O que é certo e o que é errado na língua? Tradicionalmente, quase todo desvio da norma padrão, prescrita pela gramática normativa, é considerado como erro. Isso é o que as crianças aprendem desde as primeiras lições sobre a língua, na escola. Naturalmente, as formas que se desviam daquela norma, mas que são utilizadas por falantes cultos, tendem a ser aceitas na maioria das situações de fala. Em contrapartida, do ponto de vista linguístico, é essa tradição que parece estar errada. Para os linguistas, existem construções gramaticais e agramaticais, mas não há o certo em oposição ao errado, no uso da língua. Existem variantes de prestígio e variantes desprestigiadas. Essas variantes fazem parte do processo de transformação a que a língua é continuamente submetida.

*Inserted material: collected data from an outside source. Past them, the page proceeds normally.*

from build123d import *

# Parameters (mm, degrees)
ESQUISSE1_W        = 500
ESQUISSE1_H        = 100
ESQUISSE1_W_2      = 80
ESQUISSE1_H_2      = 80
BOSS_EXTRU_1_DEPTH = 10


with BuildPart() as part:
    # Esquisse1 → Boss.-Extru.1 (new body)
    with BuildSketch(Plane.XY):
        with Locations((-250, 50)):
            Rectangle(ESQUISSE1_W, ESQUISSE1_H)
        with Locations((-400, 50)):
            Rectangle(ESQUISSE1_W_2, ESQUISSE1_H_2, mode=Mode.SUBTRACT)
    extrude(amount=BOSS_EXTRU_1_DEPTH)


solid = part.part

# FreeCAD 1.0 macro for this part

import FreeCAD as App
import Part
import Sketcher

doc = App.newDocument("Part")
body = doc.addObject("PartDesign::Body", "Body")

# Sketch on XY plane
sketch1 = body.newObject("Sketcher::SketchObject", "Sketch")
sketch1.AttachmentSupport = (doc.getObject("XY_Plane"), [""])
sketch1.MapMode = "FlatFace"
sketch1.addGeometry(Part.LineSegment(App.Vector(-500, 100, 0), App.Vector(-500, 0, 0)), False)
sketch1.addGeometry(Part.LineSegment(App.Vector(-500, 0, 0), App.Vector(0, 0, 0)), False)
sketch1.addGeometry(Part.LineSegment(App.Vector(0, 0, 0), App.Vector(0, 100, 0)), False)
sketch1.addGeometry(Part.LineSegment(App.Vector(0, 100, 0), App.Vector(-500, 100, 0)), False)
sketch1.addGeometry(Part.LineSegment(App.Vector(-360, 10, 0), App.Vector(-440, 10, 0)), False)
sketch1.addGeometry(Part.LineSegment(App.Vector(-440, 10, 0), App.Vector(-440, 90, 0)), False)
sketch1.addGeometry(Part.LineSegment(App.Vector(-440, 90, 0), App.Vector(-360, 90, 0)), False)
sketch1.addGeometry(Part.LineSegment(App.Vector(-360, 90, 0), App.Vector(-360, 10, 0)), False)
sketch1.addConstraint(Sketcher.Constraint("Coincident", 0, 2, 1, 1))
sketch1.addConstraint(Sketcher.Constraint("Coincident", 1, 2, 2, 1))
sketch1.addConstraint(Sketcher.Constraint("Coincident", 2, 2, 3, 1))
sketch1.addConstraint(Sketcher.Constraint("Coincident", 3, 2, 0, 1))
sketch1.addConstraint(Sketcher.Constraint("Coincident", 4, 2, 5, 1))
sketch1.addConstraint(Sketcher.Constraint("Coincident", 5, 2, 6, 1))
sketch1.addConstraint(Sketcher.Constraint("Coincident", 6, 2, 7, 1))
sketch1.addConstraint(Sketcher.Constraint("Coincident", 7, 2, 4, 1))
sketch1.addConstraint(Sketcher.Constraint("Vertical", 0))
sketch1.addConstraint(Sketcher.Constraint("Horizontal", 1))
sketch1.addConstraint(Sketcher.Constraint("Vertical", 2))
sketch1.addConstraint(Sketcher.Constraint("Horizontal", 3))
sketch1.addConstraint(Sketcher.Constraint("Horizontal", 4))
sketch1.addConstraint(Sketcher.Constraint("Vertical", 5))
sketch1.addConstraint(Sketcher.Constraint("Horizontal", 6))
sketch1.addConstraint(Sketcher.Constraint("Vertical", 7))
sketch1.addConstraint(Sketcher.Constraint("Coincident", 1, 2, -1, 1))
sketch1.addConstraint(Sketcher.Constraint("Equal", 6, 5))
sketch1.addConstraint(Sketcher.Constraint("DistanceX", 1, 1, 1, 2, 500.0))
sketch1.addConstraint(Sketcher.Constraint("DistanceX", 4, 2, 4, 1, 80.0))
sketch1.addConstraint(Sketcher.Constraint("DistanceY", 0, 2, 0, 1, 100.0))
sketch1.addConstraint(Sketcher.Constraint("DistanceX", 4, 2, -1, 1, 440.0))
sketch1.addConstraint(Sketcher.Constraint("DistanceY", -1, 1, 4, 2, 10.0))
pad1 = body.newObject("PartDesign::Pad", "Pad")
pad1.Profile = sketch1
pad1.Length = 10

doc.recompute()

 Tal processo de transformação é inevitável, observa José Saramago, segundo os lugares onde ela é falada. Isso nos leva ao paradoxal quarto e último conceito aqui tratado, o de uniformidade e diversidade dialetal. O escritor João Ubaldo Ribeiro aponta uma pluralidade de culturas e subculturas no Brasil que, por sua vez, resulta na diversidade no modo de falar do brasileiro, de acordo com fatores regionais, temporais, sociais e mesmo pessoais.

Essa diversidade dialetal pode ser vista também ao se observarem os falantes do português ao redor do mundo. Ao passo que a existência da diversidade dialetal não possa ser contestada, a língua preserva uma unidade estrutural, uma uniformidade em seu âmago, que a torna imediatamente reconhecível por seus falantes onde quer que a ouçam. As folhas de uma árvore podem assumir coloração diferente, variando de acordo com época do ano, exposição ao sol, vento e umidade. Mas seus galhos, tronco e raízes permanecem, uma vez atingida a maturidade. Do mesmo modo, a amadurecida língua portuguesa apresenta diversidade, tons e cores, em seus elementos menores, mas sua estrutura permanece uniforme.


Nas palavras do escritor português José Saramago, ‘as transformações não tiram a evidência de que se trata do corpo da língua portuguesa. É um corpo espalhado pelo mundo’.